The analytical study of historical collagen-based materials such as leather book covers is a complex task for conservation scientists. Historical leather presents a heterogeneous composition of both organic and inorganic materials that show an evident reactivity, particularly when exposed to specific environments. Its correct preservation in archival documents remains challenging as some aspects of its chemical composition, degradation, and effectiveness of conservation treatments are still not fully understood. Here, we describe a novel application of attenuated total reflection (ATR)-Fourier transform infrared spectroscopic imaging coupled with a macro ATR accessory to study historical leather book covers. This nondestructive and high spatial resolution approach has allowed the visualization of degradation phenomena affecting this fragile material, particularly the gelatinization of collagen and, for the first time, the detection of the formation of calcium stearate (metal carboxylates or soaps). In addition, the distribution of modified soybeanoil used as a treatment to maintain properties such as elasticity and hydrophobicity of the leather was studied. The effect of anomalous dispersion on the strong IR bands obtained in the ATR mode and the resulting changes to the band positions are also discussed. This research addresses issues that are relevant to the conservation of archival materials of cultural heritage for future generations.
The
correct conservation of historical archival materials and documents
is vital not only for their artistic value, but also because they
represent physical records of human history. Leather, a collagen-based
material combined with various organic and inorganic compounds, is
frequently found as part of these documents. Since antiquity, leather
has been a preferred material for bookbinding.[1] Generally made from mammal skins, the manufacture took several
months to years, significantly differing depending on geographical
and historical factors and the quality of the final product required.

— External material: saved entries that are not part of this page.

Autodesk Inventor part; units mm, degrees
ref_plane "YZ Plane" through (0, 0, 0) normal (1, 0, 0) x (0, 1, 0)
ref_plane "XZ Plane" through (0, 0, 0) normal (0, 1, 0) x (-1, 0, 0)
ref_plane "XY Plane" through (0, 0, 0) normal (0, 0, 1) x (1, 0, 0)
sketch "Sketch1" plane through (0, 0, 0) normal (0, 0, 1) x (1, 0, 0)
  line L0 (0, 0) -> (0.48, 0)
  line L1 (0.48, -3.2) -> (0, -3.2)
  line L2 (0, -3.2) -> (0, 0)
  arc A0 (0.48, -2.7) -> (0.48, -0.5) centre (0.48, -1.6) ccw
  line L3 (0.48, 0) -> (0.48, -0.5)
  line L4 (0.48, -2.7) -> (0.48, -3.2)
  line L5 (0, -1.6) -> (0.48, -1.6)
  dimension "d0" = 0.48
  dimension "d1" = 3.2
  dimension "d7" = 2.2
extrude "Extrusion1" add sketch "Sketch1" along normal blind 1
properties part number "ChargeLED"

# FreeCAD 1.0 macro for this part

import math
import FreeCAD as App
import Part
import Sketcher
from FreeCAD import Vector

doc = App.newDocument("Part")
body = doc.addObject("PartDesign::Body", "Body")

# Sketch on XY plane
sketch1 = body.newObject("Sketcher::SketchObject", "Sketch")
sketch1.AttachmentSupport = (doc.getObject("XY_Plane"), [""])
sketch1.MapMode = "FlatFace"
sketch1.addGeometry([
    Part.LineSegment(Vector(0.48, 0, 0), Vector(0, 0, 0)),  # 0
    Part.LineSegment(Vector(0, 0, 0), Vector(0, -3.2, 0)),  # 1
    Part.LineSegment(Vector(0, -3.2, 0), Vector(0.48, -3.2, 0)),  # 2
    Part.LineSegment(Vector(0.48, -3.2, 0), Vector(0.48, -2.7, 0)),  # 3
    Part.ArcOfCircle(Part.Circle(Vector(0.48, -1.6, 0), Vector(0, 0, 1), 1.1), math.radians(-90), math.radians(90)),  # 4
    Part.LineSegment(Vector(0.48, -0.5, 0), Vector(0.48, 0, 0)),  # 5
], False)
sketch1.addConstraint([
    Sketcher.Constraint("Coincident", 0, 2, 1, 1),
    Sketcher.Constraint("Coincident", 1, 2, 2, 1),
    Sketcher.Constraint("Coincident", 2, 2, 3, 1),
    Sketcher.Constraint("Coincident", 3, 2, 4, 1),
    Sketcher.Constraint("Coincident", 4, 2, 5, 1),
    Sketcher.Constraint("Coincident", 5, 2, 0, 1),
    Sketcher.Constraint("Horizontal", 0),
    Sketcher.Constraint("Vertical", 1),
    Sketcher.Constraint("Horizontal", 2),
    Sketcher.Constraint("Vertical", 3),
    Sketcher.Constraint("Vertical", 5),
    Sketcher.Constraint("Coincident", 0, 2, -1, 1),
    Sketcher.Constraint("Vertical", 4, 3, 2, 2),
    Sketcher.Constraint("Vertical", 3, 2, 4, 2),
    Sketcher.Constraint("Equal", 3, 5),
    Sketcher.Constraint("Radius", 4, 1.1),
    Sketcher.Constraint("DistanceY", 1, 2, 1, 1, 3.2),
    Sketcher.Constraint("DistanceX", 0, 2, 0, 1, 0.48),
])
pad1 = body.newObject("PartDesign::Pad", "Pad")
pad1.Profile = sketch1
pad1.Length = 1

doc.recompute()
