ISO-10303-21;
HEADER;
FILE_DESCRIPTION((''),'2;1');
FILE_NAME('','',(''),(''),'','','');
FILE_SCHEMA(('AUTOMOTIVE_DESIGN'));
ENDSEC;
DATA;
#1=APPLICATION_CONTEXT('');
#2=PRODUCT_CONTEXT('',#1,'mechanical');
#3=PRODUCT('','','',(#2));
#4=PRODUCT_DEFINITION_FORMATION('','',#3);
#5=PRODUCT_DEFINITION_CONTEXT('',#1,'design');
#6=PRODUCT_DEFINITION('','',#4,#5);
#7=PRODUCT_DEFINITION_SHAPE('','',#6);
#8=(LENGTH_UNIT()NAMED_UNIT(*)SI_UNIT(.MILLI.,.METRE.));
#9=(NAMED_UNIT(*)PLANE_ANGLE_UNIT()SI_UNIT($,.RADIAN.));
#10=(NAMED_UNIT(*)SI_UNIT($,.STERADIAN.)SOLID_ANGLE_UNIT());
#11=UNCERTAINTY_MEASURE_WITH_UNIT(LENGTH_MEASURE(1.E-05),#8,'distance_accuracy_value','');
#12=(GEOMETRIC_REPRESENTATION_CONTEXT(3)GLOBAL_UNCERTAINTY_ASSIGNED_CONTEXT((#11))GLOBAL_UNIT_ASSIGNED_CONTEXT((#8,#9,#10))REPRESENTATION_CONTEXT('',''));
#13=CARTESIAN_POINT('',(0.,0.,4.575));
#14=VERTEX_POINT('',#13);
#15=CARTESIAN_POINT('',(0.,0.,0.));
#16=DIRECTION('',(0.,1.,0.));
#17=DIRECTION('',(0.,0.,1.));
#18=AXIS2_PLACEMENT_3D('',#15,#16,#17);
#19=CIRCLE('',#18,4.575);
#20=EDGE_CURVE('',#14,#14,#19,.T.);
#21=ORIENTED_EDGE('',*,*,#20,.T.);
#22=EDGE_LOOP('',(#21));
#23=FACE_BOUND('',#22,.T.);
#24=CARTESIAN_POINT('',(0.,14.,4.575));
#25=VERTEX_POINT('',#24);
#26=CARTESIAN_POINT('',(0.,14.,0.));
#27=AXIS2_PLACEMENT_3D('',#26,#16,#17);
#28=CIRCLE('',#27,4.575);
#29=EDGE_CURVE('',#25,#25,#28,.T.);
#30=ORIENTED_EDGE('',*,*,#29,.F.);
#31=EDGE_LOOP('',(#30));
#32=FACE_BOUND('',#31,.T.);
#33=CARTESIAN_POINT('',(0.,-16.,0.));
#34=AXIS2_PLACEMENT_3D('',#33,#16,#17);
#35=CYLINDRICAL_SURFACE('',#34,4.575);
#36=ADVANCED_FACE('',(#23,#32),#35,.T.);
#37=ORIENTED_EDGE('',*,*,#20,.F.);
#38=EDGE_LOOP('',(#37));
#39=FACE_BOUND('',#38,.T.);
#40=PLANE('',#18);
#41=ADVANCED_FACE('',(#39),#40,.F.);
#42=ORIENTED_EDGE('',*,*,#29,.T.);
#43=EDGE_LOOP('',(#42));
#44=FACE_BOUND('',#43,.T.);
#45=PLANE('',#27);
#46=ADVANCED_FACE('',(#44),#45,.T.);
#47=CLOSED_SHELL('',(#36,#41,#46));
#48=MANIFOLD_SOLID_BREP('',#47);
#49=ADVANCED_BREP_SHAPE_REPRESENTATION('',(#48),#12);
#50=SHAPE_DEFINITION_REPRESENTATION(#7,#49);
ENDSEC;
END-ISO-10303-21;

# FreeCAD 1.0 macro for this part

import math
import FreeCAD as App
import Part
import Sketcher


def edges_at(feature, points):
    """Names of the edges that pass closest to the given points."""
    edges = feature.Shape.Edges
    near = lambda p: min(range(len(edges)), key=lambda i: edges[i].distToShape(Part.Vertex(*p))[0])
    return sorted({f"Edge{near(p) + 1}" for p in points})

doc = App.newDocument("Part")
body = doc.addObject("PartDesign::Body", "Body")

sketch1 = body.newObject("Sketcher::SketchObject", "Sketch")
sketch1.AttachmentSupport = (doc.getObject("XZ_Plane"), [""])
sketch1.MapMode = "FlatFace"
sketch1.addGeometry(Part.Circle(App.Vector(0, 0, 0), App.Vector(0, 0, 1), 4.7), False)
sketch1.addConstraint(Sketcher.Constraint("Coincident", 0, 3, -1, 1))
sketch1.addConstraint(Sketcher.Constraint("Diameter", 0, 9.3))
pad1 = body.newObject("PartDesign::Pad", "Pad")
pad1.Profile = sketch1
pad1.Length = 12
pad1.Reversed = True

sketch2 = body.newObject("Sketcher::SketchObject", "Sketch001")
sketch2.AttachmentSupport = (doc.getObject("XZ_Plane"), [""])
sketch2.MapMode = "FlatFace"
sketch2.AttachmentOffset = App.Placement(App.Vector(0, 0, -12), App.Rotation())
sketch2.addGeometry(Part.Circle(App.Vector(0, 0, 0), App.Vector(0, 0, 1), 18), False)
sketch2.addConstraint(Sketcher.Constraint("Coincident", 0, 3, -1, 1))
sketch2.addConstraint(Sketcher.Constraint("Diameter", 0, 35.0))
pad2 = body.newObject("PartDesign::Pad", "Pad001")
pad2.Profile = sketch2
pad2.Length = 2
pad2.Reversed = True

sketch3 = body.newObject("Sketcher::SketchObject", "Sketch002")
sketch3.AttachmentSupport = (doc.getObject("XZ_Plane"), [""])
sketch3.MapMode = "FlatFace"
sketch3.AttachmentOffset = App.Placement(App.Vector(0, 0, -14), App.Rotation())
sketch3.addGeometry(Part.LineSegment(App.Vector(5, -6, 0), App.Vector(5, 6, 0)), False)
sketch3.addGeometry(Part.LineSegment(App.Vector(5, 6, 0), App.Vector(10, 6, 0)), False)
sketch3.addGeometry(Part.LineSegment(App.Vector(10, 6, 0), App.Vector(10, -6, 0)), False)
sketch3.addGeometry(Part.LineSegment(App.Vector(10, -6, 0), App.Vector(5, -6, 0)), False)
sketch3.addConstraint(Sketcher.Constraint("Coincident", 0, 2, 1, 1))
sketch3.addConstraint(Sketcher.Constraint("Coincident", 1, 2, 2, 1))
sketch3.addConstraint(Sketcher.Constraint("Coincident", 2, 2, 3, 1))
sketch3.addConstraint(Sketcher.Constraint("Coincident", 3, 2, 0, 1))
sketch3.addConstraint(Sketcher.Constraint("Vertical", 0))
sketch3.addConstraint(Sketcher.Constraint("Horizontal", 1))
sketch3.addConstraint(Sketcher.Constraint("Vertical", 2))
sketch3.addConstraint(Sketcher.Constraint("Horizontal", 3))
sketch3.addConstraint(Sketcher.Constraint("DistanceX", 1, 1, 1, 2, 5.0))
sketch3.addConstraint(Sketcher.Constraint("DistanceY", 0, 1, 0, 2, 13.0))
sketch3.addConstraint(Sketcher.Constraint("DistanceX", -1, 1, 0, 2, 5.0))
sketch3.addConstraint(Sketcher.Constraint("DistanceY", -1, 1, 0, 2, 6.5))
pad3 = body.newObject("PartDesign::Pad", "Pad002")
pad3.Profile = sketch3
pad3.Length = 12
pad3.Reversed = True
doc.recompute()

mirrored = body.newObject("PartDesign::Mirrored", "Mirrored")
mirrored.Originals = [pad3]
mirrored.MirrorPlane = (doc.getObject("YZ_Plane"), [""])
body.Tip = mirrored
doc.recompute()

fillet = body.newObject("PartDesign::Fillet", "Fillet")
fillet.Base = (mirrored, edges_at(mirrored, [
    (7.5, 26, -6.5),
    (7.5, 26, 6.5),
    (-7.5, 26, 6.5),
    (-7.5, 26, -6.5),
]))
fillet.Radius = 4
doc.recompute()

fillet2 = body.newObject("PartDesign::Fillet", "Fillet001")
fillet2.Base = (fillet, edges_at(fillet, [
    (7.5, 14, 6.5),
    (7.5, 14, -6.5),
    (-7.5, 14, -6.5),
    (-7.5, 14, 6.5),
]))
fillet2.Radius = 4

sketch4 = body.newObject("Sketcher::SketchObject", "Sketch003")
sketch4.AttachmentSupport = (doc.getObject("XZ_Plane"), [""])
sketch4.MapMode = "FlatFace"
sketch4.AttachmentOffset = App.Placement(App.Vector(0, 0, -14), App.Rotation())
sketch4.addGeometry(Part.LineSegment(App.Vector(10, -14, 0), App.Vector(10, 14, 0)), False)
sketch4.addGeometry(Part.ArcOfCircle(Part.Circle(App.Vector(0, 0, 0), App.Vector(0, 0, 1), 18), math.radians(0), math.radians(55)), False)
sketch4.addGeometry(Part.ArcOfCircle(Part.Circle(App.Vector(0, 0, 0), App.Vector(0, 0, 1), 18), math.radians(-55), math.radians(0)), False)
sketch4.addConstraint(Sketcher.Constraint("Coincident", 0, 2, 1, 2))
sketch4.addConstraint(Sketcher.Constraint("Tangent", 1, 1, 2, 2))
sketch4.addConstraint(Sketcher.Constraint("Coincident", 2, 1, 0, 1))
sketch4.addConstraint(Sketcher.Constraint("Vertical", 0))
sketch4.addConstraint(Sketcher.Constraint("Coincident", 1, 3, -1, 1))
sketch4.addConstraint(Sketcher.Constraint("Equal", 1, 2))
sketch4.addConstraint(Sketcher.Constraint("PointOnObject", 1, 1, -1))
sketch4.addConstraint(Sketcher.Constraint("Radius", 1, 17.5))
sketch4.addConstraint(Sketcher.Constraint("DistanceX", -1, 1, 0, 2, 10.0))
pocket1 = body.newObject("PartDesign::Pocket", "Pocket")
pocket1.Profile = sketch4
pocket1.Type = "ThroughAll"
pocket1.Reversed = True
doc.recompute()

mirrored2 = body.newObject("PartDesign::Mirrored", "Mirrored001")
mirrored2.Originals = [pocket1]
mirrored2.MirrorPlane = (doc.getObject("YZ_Plane"), [""])
body.Tip = mirrored2

sketch5 = body.newObject("Sketcher::SketchObject", "Sketch004")
sketch5.AttachmentSupport = (doc.getObject("YZ_Plane"), [""])
sketch5.MapMode = "FlatFace"
sketch5.AttachmentOffset = App.Placement(App.Vector(0, 0, 10), App.Rotation())
sketch5.addGeometry(Part.Circle(App.Vector(20, 0, 0), App.Vector(0, 0, 1), 2), False)
sketch5.addConstraint(Sketcher.Constraint("PointOnObject", 0, 3, -1))
sketch5.addConstraint(Sketcher.Constraint("Diameter", 0, 4.1))
sketch5.addConstraint(Sketcher.Constraint("DistanceX", -1, 1, 0, 3, 20.0))
pocket2 = body.newObject("PartDesign::Pocket", "Pocket001")
pocket2.Profile = sketch5
pocket2.Length = 70
doc.recompute()

fillet3 = body.newObject("PartDesign::Fillet", "Fillet002")
fillet3.Base = (pocket2, edges_at(pocket2, [
    (10, 13, -14.361),
    (10, 13, 14.361),
    (-10, 13, 14.361),
    (-10, 13, -14.361),
]))
fillet3.Radius = 4

sketch6 = body.newObject("Sketcher::SketchObject", "Sketch005")
sketch6.AttachmentSupport = (doc.getObject("XZ_Plane"), [""])
sketch6.MapMode = "FlatFace"
sketch6.AttachmentOffset = App.Placement(App.Vector(0, 0, -12), App.Rotation())
sketch6.addGeometry(Part.Circle(App.Vector(0, 0, 0), App.Vector(0, 0, 1), 24.6), False)
sketch6.addGeometry(Part.Circle(App.Vector(0, 0, 0), App.Vector(0, 0, 1), 4.7), False)
sketch6.addConstraint(Sketcher.Constraint("Coincident", 0, 3, -1, 1))
sketch6.addConstraint(Sketcher.Constraint("Coincident", 1, 3, -1, 1))
sketch6.addConstraint(Sketcher.Constraint("Diameter", 0, 49.3))
sketch6.addConstraint(Sketcher.Constraint("Diameter", 1, 9.3))
pocket3 = body.newObject("PartDesign::Pocket", "Pocket002")
pocket3.Profile = sketch6
pocket3.Type = "ThroughAll"

sketch7 = body.newObject("Sketcher::SketchObject", "Sketch006")
sketch7.AttachmentSupport = (doc.getObject("XZ_Plane"), [""])
sketch7.MapMode = "FlatFace"
sketch7.AttachmentOffset = App.Placement(App.Vector(0, 0, -14), App.Rotation())
sketch7.addGeometry(Part.Circle(App.Vector(0, 0, 0), App.Vector(0, 0, 1), 24.6), False)
sketch7.addGeometry(Part.Circle(App.Vector(0, 0, 0), App.Vector(0, 0, 1), 4.6), False)
sketch7.addConstraint(Sketcher.Constraint("Coincident", 0, 3, -1, 1))
sketch7.addConstraint(Sketcher.Constraint("Coincident", 1, 3, -1, 1))
sketch7.addConstraint(Sketcher.Constraint("Diameter", 0, 49.15))
sketch7.addConstraint(Sketcher.Constraint("Diameter", 1, 9.15))
pocket4 = body.newObject("PartDesign::Pocket", "Pocket003")
pocket4.Profile = sketch7
pocket4.Length = 30
pocket4.Reversed = True

doc.recompute()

The manufacturing process has been extensively described elsewhere.[2] In brief, the animal skin was first soaked in
an alkali bath with added lime and then scraped with a knife to remove
the epidermis layer, hair, and fat to reach the corium layer of the
skin. The carbonatation of calcium hydroxide residues from the liming
bath with the CO2 present in the atmosphere causes the
precipitation of calcium carbonate commonly found in leather. Successively,
the skins were tanned. Vegetable tannins derived from plants were
first used before metal tanning agents were introduced in the second
half of the 19th century. Tannins prevent the decay of the skin by
cross-linking the collagen fibers transforming the skin into durable
leather.[3] The tanning also gives the leather
its color from light brown-red to darker shades. When considered ready,
after been washed and dried, the leather surface was treated with
additional materials. Compounds, such as oils and waxes, were applied
to give the leather specific physical/mechanical properties (i.e.,
flexibility and impermeability) and mixed with colorants and pigments
for decorative purposes.[4]Leather
artifacts are prone to alteration and degradation because
of their heterogeneous composition and sensitivity to environmental
factors (humidity, temperature, and pollutants).[5−9] The decay of leather can ultimately end in the disintegration
of the material and damage the documents. Different approaches are
currently applied in the conservation of leather book covers. These
approaches can comprise a regulation of the environment where the
archival material is stored to create the most suitable conditions
for a long-term conservation. In other cases, the level of decay of
the leather requires a “physical” intervention, such
as the use of oil emulsions to restore mechanical properties lost.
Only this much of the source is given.